I've run into this on several similar projects, with Swift Packages that contain clang submodules to expose code to the parent Swift module. I've found a workaround that fixes this, at least as of Xcode 11.3.1:

    In your unit or UI test target, add the parent module (the Swift Package library) to the linked libraries build phase, even if that test target doesn't use it directly.

    Sometimes Required If you are also using an Xcode scheme that's pointed at a unit or UI test target, make sure that the "Build" section of the scheme editor includes the application target in that list. By default, if you add a new Xcode scheme for, e.g., a UI test target, the app won't be included there and so it isn't built properly.

In all reproduced cases, the underlying error is a missing -fmodule-map-file flag for the clang submodule (MyLibrary.MySubmodule) emitted from the compile command for any file in the app target that has an import MyLibrary statement.

I tried the first step only and the project BUILT and ran the tests! But if we remember from before, the project always built after modifying the xcode settings. I then brought in the second step and it actually worked! I jumped for joy! Everything built and ran on my machine, I quickly sent up the PR and after a significant amount of time testing and building different targets we were looking ready!

I Hit Another issue

Seems like the unit tests for realm storage were throwing EXC_BAD_ACCESS when attempting to store anything in the DB. Oh no, I caused a regression. Was it from adding the hash property? Was this C library some how messing everything up? It was all working before!

Now that I knew how to get the project working with SPM and a C library I began rebuilding the project off develop. I tested the Realm tests every step of the way. Nothing was breaking and I slowly added back all functionality from my original PR. Time came to add back the scrypt-swift project and though I was nervous, I was ready for this journey to be completed. I added it, and it everything worked perfectly!
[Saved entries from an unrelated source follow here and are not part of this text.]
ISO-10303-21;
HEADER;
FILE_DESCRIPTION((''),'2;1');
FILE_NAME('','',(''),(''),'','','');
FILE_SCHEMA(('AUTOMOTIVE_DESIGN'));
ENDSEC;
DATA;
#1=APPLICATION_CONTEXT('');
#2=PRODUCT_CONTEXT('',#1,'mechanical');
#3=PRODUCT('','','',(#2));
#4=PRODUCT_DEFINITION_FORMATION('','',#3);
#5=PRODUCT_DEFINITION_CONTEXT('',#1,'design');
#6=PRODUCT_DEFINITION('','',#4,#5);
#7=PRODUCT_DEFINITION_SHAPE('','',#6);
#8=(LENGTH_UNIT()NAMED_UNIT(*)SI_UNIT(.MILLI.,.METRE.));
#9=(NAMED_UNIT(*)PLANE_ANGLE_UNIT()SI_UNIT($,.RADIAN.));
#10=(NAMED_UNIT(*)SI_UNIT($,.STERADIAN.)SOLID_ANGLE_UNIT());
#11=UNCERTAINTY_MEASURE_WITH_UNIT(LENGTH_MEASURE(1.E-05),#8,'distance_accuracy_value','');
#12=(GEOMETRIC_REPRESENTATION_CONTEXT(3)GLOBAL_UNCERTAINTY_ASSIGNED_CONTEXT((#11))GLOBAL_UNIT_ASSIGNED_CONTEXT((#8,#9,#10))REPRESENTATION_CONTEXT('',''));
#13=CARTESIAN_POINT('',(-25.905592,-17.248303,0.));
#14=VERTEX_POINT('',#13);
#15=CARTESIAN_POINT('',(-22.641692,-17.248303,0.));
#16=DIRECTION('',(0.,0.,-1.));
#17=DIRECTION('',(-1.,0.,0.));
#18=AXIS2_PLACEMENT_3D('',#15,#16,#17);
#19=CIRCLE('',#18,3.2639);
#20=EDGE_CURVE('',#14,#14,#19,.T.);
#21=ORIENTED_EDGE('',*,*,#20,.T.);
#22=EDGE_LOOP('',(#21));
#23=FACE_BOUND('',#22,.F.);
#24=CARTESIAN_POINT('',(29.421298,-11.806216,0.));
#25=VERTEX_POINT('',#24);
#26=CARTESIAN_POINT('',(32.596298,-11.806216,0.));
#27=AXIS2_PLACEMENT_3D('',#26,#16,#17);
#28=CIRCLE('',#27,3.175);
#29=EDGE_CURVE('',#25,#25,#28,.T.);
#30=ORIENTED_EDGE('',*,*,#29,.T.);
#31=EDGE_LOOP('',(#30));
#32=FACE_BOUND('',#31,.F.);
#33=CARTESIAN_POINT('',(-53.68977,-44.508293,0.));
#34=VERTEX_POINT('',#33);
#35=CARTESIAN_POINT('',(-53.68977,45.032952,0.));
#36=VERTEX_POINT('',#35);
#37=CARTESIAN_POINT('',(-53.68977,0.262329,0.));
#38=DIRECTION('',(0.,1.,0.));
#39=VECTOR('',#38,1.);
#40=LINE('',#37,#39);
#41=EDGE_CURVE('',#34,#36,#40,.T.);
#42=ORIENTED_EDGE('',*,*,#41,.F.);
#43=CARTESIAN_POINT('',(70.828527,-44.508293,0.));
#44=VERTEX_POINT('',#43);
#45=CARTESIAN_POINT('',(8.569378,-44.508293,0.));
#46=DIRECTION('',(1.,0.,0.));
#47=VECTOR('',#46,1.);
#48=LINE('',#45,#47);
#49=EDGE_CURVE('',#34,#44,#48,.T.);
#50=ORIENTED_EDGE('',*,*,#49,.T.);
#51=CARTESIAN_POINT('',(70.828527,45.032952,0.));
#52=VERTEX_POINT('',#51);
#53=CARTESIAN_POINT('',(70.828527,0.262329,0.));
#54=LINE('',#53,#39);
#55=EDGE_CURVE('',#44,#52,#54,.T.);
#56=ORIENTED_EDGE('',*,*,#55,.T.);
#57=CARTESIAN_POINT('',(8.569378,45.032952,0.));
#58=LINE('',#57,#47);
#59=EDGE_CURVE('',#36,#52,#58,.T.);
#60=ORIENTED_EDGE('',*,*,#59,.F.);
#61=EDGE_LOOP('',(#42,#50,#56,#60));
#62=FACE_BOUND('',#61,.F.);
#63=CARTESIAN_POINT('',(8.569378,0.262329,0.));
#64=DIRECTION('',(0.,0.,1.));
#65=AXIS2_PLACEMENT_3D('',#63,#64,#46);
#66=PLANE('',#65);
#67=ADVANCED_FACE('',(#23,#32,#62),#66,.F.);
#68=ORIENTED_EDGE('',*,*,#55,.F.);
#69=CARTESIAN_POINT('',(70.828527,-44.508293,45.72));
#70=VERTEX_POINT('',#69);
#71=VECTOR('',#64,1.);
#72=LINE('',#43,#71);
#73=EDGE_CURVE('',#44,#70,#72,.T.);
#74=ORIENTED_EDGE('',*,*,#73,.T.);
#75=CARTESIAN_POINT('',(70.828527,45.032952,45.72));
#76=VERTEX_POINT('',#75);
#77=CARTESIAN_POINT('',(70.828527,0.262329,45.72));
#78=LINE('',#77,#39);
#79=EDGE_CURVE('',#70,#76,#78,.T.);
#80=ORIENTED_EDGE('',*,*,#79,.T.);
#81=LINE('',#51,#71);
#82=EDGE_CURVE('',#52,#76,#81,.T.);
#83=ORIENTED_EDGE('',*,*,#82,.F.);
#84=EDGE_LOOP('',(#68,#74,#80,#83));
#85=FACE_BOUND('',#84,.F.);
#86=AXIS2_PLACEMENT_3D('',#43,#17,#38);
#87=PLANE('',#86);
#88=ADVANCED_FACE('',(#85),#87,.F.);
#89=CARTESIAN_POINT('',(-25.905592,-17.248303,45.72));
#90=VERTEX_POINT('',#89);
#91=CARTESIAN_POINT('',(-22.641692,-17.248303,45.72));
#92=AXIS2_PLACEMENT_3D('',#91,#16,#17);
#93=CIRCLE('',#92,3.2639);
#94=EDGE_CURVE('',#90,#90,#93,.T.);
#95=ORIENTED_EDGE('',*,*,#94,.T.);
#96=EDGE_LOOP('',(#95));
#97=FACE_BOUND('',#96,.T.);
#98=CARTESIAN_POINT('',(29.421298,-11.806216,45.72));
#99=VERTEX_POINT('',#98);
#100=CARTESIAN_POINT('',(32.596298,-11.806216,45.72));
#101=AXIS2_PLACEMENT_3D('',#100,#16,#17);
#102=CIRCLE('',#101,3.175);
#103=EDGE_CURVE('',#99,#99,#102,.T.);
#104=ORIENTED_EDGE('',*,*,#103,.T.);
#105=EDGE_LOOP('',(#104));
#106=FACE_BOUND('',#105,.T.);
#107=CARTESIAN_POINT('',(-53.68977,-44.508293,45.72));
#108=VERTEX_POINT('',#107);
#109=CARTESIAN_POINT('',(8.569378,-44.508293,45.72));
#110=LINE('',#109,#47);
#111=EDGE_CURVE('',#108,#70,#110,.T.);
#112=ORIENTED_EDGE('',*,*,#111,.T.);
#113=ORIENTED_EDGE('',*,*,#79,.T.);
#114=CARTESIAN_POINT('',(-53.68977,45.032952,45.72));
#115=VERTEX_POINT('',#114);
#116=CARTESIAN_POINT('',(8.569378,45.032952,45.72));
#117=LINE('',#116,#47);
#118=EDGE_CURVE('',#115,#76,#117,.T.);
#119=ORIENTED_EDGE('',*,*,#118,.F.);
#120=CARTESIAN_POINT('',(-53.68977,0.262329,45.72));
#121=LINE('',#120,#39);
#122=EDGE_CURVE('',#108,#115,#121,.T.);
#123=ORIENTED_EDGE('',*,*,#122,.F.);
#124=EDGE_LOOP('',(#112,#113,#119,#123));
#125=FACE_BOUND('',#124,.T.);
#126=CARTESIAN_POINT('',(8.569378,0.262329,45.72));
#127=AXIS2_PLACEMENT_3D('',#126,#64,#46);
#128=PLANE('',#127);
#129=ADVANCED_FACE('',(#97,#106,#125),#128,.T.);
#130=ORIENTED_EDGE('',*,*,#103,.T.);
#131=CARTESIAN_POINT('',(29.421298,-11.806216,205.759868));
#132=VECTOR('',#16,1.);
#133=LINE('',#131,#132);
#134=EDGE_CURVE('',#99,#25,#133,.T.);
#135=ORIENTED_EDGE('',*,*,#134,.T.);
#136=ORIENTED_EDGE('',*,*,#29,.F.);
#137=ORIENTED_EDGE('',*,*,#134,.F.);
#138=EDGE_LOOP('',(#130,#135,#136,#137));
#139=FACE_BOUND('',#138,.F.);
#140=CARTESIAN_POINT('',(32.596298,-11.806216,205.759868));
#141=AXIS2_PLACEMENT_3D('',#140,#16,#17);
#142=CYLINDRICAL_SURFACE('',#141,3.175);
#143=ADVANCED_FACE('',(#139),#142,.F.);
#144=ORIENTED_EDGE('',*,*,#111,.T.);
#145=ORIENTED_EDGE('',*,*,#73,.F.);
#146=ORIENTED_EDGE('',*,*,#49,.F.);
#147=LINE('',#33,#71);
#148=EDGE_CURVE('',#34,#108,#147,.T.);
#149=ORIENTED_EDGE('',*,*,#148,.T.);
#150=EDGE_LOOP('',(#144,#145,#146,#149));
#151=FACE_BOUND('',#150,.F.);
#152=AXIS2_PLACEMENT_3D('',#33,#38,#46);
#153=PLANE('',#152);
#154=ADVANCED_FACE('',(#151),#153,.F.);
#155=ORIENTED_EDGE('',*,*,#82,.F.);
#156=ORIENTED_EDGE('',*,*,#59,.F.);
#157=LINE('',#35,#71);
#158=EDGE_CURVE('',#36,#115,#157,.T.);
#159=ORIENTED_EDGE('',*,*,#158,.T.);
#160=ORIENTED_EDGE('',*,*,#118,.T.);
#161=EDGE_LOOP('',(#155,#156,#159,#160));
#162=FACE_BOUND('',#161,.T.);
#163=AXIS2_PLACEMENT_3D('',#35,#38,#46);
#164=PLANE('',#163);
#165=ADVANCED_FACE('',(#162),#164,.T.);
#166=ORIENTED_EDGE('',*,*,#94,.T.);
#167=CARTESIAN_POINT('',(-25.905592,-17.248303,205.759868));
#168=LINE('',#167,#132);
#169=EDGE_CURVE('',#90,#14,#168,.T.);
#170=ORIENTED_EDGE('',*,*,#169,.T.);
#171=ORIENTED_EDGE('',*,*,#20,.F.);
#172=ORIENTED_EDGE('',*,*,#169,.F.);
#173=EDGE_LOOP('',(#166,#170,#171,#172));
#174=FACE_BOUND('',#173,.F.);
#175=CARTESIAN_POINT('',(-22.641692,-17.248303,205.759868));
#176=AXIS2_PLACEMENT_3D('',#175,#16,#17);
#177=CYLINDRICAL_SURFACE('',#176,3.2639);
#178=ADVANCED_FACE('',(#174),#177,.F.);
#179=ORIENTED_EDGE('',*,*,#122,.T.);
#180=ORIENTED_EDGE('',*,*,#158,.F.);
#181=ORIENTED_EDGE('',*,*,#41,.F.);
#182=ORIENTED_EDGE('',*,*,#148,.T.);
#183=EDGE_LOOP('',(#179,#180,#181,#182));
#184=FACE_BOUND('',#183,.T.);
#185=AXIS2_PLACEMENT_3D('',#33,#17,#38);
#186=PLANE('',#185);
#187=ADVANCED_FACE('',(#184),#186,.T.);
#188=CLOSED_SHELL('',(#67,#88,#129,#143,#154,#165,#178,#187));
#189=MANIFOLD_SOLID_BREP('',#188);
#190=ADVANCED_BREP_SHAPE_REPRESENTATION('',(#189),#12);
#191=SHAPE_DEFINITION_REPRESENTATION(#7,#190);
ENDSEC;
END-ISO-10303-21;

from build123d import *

# Parameters (mm, degrees)
F0_W     = 124.5182976127
F0_H     = 89.5412452519
F1_DEPTH = 45.72
F3_D     = 6.5278
F5_D     = 6.35


with BuildPart() as f1:
    # F0 (on Top) → F1 (new body)
    with BuildSketch(Plane.XY):
        with Locations((8.5693784058, 0.2623293549)):
            Rectangle(F0_W, F0_H)
    extrude(amount=F1_DEPTH)

    # F3 (through all)
    with Locations(Plane.XY.offset(45.72)):
        with Locations((-22.6416923106, -17.2483026981)):
            Hole(F3_D / 2)

    # F5 (through all)
    with Locations(Plane.XY.offset(45.72)):
        with Locations((32.5962975621, -11.8062160909)):
            Hole(F5_D / 2)


solid = f1.part
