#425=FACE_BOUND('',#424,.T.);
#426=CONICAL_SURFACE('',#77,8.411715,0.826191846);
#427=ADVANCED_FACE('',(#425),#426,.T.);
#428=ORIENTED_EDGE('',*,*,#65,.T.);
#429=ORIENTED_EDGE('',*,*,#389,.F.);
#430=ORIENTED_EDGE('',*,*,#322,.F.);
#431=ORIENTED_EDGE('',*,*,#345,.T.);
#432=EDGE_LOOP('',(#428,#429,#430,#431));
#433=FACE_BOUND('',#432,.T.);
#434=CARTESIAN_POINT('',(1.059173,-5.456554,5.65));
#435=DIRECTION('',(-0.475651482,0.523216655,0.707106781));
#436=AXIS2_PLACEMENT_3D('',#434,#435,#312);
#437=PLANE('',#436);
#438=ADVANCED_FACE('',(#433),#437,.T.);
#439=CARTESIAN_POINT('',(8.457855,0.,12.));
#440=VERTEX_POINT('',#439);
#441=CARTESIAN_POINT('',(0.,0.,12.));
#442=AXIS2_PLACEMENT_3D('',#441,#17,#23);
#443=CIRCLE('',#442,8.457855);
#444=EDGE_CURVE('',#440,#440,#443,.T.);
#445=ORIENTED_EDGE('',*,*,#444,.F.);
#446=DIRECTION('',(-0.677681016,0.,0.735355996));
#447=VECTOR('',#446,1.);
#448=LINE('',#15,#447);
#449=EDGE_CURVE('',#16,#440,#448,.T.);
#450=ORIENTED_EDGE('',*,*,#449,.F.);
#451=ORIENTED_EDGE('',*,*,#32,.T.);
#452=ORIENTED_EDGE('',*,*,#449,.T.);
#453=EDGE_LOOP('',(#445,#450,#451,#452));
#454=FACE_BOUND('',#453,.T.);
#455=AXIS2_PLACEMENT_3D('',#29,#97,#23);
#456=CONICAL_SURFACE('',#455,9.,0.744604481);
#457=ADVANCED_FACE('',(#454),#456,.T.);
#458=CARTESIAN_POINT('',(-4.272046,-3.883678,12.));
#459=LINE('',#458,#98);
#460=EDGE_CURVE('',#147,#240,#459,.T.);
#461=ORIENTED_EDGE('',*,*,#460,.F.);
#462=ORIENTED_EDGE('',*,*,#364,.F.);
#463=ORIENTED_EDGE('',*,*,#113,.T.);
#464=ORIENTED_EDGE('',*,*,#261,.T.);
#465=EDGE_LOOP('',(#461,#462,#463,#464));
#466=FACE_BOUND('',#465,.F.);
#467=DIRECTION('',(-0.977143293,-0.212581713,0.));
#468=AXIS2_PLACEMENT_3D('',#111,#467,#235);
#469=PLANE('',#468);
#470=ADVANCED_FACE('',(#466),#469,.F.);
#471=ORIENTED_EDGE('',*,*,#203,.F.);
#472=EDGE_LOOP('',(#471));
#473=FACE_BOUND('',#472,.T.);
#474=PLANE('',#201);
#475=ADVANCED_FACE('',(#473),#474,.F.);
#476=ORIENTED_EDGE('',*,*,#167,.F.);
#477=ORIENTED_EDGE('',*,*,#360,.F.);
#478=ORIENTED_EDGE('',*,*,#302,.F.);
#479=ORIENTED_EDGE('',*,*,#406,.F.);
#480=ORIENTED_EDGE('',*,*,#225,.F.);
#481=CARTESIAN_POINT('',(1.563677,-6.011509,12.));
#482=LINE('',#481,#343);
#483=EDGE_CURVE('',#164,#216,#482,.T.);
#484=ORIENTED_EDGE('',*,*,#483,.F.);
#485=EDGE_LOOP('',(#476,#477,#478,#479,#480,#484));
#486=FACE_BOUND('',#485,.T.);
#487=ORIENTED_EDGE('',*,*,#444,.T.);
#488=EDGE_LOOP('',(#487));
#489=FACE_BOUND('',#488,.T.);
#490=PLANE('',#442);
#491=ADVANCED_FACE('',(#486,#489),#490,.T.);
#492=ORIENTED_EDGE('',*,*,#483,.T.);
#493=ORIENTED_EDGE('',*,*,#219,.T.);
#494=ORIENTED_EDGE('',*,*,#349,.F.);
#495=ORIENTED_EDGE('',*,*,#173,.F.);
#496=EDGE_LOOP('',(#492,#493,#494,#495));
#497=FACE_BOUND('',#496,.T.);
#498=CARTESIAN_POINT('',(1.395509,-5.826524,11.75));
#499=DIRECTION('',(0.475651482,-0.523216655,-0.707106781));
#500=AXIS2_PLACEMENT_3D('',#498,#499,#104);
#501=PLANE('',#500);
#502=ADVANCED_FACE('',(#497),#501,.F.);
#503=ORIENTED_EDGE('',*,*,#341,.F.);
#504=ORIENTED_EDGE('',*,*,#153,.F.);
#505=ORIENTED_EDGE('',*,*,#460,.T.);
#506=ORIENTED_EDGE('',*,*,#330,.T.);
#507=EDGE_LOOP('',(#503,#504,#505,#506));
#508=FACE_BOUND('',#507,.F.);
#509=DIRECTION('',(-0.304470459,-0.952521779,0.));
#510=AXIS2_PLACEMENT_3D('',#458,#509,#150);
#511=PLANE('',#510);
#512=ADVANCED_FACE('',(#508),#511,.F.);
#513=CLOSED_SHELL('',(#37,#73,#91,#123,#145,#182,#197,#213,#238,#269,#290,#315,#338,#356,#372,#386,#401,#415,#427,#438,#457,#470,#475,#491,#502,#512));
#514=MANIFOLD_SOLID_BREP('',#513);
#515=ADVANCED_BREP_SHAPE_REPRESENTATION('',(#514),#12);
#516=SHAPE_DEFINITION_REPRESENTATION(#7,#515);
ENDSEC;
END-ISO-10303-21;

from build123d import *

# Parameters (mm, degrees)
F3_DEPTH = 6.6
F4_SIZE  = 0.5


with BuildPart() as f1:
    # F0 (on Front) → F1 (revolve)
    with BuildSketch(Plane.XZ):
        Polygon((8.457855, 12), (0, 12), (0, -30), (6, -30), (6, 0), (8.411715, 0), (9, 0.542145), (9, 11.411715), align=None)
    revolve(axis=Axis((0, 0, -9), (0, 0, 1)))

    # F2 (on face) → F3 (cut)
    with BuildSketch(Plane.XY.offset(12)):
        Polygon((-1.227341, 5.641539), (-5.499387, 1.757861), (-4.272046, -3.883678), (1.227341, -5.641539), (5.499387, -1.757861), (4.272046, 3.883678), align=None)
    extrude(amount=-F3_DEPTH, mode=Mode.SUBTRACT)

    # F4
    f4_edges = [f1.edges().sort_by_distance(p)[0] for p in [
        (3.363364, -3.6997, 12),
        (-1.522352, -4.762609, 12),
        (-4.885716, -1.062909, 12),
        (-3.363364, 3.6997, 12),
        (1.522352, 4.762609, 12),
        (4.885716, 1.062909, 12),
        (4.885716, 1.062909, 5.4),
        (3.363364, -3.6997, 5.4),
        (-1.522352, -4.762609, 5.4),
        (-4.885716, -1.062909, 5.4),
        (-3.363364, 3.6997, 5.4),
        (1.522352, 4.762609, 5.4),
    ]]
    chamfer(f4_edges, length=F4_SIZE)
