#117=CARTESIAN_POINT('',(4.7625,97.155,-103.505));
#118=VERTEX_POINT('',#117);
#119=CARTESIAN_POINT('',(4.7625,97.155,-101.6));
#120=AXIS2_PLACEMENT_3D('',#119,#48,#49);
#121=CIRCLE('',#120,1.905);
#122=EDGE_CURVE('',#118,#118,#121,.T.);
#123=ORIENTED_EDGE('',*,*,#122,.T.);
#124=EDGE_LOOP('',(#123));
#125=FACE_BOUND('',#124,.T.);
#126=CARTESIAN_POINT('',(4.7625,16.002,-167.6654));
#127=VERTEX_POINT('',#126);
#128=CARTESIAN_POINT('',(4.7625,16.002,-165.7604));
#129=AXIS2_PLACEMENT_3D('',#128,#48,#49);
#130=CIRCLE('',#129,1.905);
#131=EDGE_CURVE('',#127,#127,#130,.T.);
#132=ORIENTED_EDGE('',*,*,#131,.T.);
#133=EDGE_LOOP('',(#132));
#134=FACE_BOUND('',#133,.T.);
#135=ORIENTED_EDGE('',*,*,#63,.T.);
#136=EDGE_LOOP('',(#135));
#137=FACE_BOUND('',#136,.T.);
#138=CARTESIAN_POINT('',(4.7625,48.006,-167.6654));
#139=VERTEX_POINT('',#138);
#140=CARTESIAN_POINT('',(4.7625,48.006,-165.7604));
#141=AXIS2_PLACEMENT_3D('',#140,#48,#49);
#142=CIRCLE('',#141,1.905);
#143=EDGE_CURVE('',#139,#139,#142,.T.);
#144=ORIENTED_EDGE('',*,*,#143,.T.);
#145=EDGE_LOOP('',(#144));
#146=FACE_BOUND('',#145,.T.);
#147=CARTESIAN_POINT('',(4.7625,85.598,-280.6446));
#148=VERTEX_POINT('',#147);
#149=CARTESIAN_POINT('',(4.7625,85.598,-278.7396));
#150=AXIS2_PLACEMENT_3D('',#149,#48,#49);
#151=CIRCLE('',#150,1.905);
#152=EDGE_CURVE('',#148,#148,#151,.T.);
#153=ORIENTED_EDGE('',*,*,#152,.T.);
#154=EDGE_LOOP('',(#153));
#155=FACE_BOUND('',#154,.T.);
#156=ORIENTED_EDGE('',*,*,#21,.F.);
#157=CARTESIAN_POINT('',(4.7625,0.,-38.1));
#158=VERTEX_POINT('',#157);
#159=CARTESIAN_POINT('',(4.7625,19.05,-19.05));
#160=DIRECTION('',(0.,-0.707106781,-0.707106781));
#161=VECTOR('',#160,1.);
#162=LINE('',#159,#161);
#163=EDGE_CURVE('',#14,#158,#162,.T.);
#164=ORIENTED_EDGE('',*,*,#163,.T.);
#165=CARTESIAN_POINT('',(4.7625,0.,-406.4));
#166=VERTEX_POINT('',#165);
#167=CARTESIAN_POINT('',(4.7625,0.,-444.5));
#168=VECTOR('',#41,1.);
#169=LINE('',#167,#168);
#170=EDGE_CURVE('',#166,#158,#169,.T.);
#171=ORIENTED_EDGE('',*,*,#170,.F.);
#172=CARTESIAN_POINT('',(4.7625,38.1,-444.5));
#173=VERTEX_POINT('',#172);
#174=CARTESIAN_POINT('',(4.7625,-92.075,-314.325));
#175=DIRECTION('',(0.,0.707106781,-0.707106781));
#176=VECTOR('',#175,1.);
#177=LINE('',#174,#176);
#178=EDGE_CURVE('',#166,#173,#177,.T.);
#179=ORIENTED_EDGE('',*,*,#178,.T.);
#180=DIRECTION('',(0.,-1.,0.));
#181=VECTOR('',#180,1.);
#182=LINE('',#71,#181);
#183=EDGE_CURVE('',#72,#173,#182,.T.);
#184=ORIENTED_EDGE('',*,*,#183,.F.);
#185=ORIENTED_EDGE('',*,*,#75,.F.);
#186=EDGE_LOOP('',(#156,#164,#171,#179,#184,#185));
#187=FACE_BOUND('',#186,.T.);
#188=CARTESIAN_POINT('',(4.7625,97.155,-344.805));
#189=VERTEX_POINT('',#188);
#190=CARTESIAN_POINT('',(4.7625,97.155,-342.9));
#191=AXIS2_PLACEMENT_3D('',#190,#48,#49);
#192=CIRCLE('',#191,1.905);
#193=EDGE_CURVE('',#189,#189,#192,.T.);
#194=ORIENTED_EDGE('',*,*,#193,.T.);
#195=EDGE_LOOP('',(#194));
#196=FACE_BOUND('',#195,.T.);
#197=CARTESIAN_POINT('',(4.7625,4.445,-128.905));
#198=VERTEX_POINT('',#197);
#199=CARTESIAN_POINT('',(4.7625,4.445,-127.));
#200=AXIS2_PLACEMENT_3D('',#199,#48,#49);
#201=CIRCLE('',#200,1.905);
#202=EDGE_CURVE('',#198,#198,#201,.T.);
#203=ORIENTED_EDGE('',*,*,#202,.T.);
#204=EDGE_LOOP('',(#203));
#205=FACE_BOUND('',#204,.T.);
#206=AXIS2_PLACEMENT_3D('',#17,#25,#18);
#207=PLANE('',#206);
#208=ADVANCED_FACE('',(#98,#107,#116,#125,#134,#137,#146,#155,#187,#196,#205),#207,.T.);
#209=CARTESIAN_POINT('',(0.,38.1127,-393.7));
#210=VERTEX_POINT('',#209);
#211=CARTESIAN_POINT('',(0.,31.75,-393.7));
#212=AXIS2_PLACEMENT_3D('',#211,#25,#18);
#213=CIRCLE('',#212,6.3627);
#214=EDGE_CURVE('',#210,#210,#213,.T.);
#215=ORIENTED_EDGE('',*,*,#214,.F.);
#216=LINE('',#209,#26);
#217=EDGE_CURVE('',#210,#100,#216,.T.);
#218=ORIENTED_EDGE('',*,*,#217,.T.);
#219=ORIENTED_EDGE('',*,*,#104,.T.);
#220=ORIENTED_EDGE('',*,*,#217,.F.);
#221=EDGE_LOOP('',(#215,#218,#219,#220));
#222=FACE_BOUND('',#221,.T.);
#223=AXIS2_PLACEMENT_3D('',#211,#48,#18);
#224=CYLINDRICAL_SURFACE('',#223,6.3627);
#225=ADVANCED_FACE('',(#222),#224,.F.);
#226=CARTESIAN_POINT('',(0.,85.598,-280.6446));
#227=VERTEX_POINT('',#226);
Back to the unit tests. I was referencing a class somewhere else in the project for a static time variable for the timestamp. That class I was referencing became required to kick off the unit tests for my new functionality. I added the Secure Storage file, which included the Realm Storage singleton to the test target and BOOOM the crash happened again! Seemed like the Test Realm instance and the singleton were colliding during the runtime phase of testing. I removed the files membership, pointed to a different static property, and we were back on the rails again.


A BUILD CONFIGURATION issue arrived with using SPM in XCode 11 with different build configurations. At this point I had to make a decision to hack in a weird solution to incorporate all the react native cocoapods for staging but still maintain Debug/Release configuration for the SPM Scrypt project.

At this moment I realized SPM was just not going to cut it. I love SPM but it’s just too new to throw into a project like this. I removed all the integration and work done before. I added in the libscrypt library with a header pointing directly to C files and kept the Swift wrapper around the library. I posted the new PR and all the build steps were kicked off and completed successfully.

In the end

Later we were able use a different React Native Background Geolocation library and upgrade the XCode version in the build pipeline. This allowed us to revert back to having the JS side implement the hashing or bring back SPM.

Nevertheless, effort is never wasted, this project was enjoyable to take on and I learned so much. I was able to work along side incredibly smart and talented individuals. The endorphans after getting everything connected, working properly, and seeing all green lights across the test suite keeps me in the business. If you’re interested in contributing to the project, the open source repo can be found here. I hope this story provides a small insight on working with rapidly changing requirements and utilizing bleeding edge Swift/XCode features.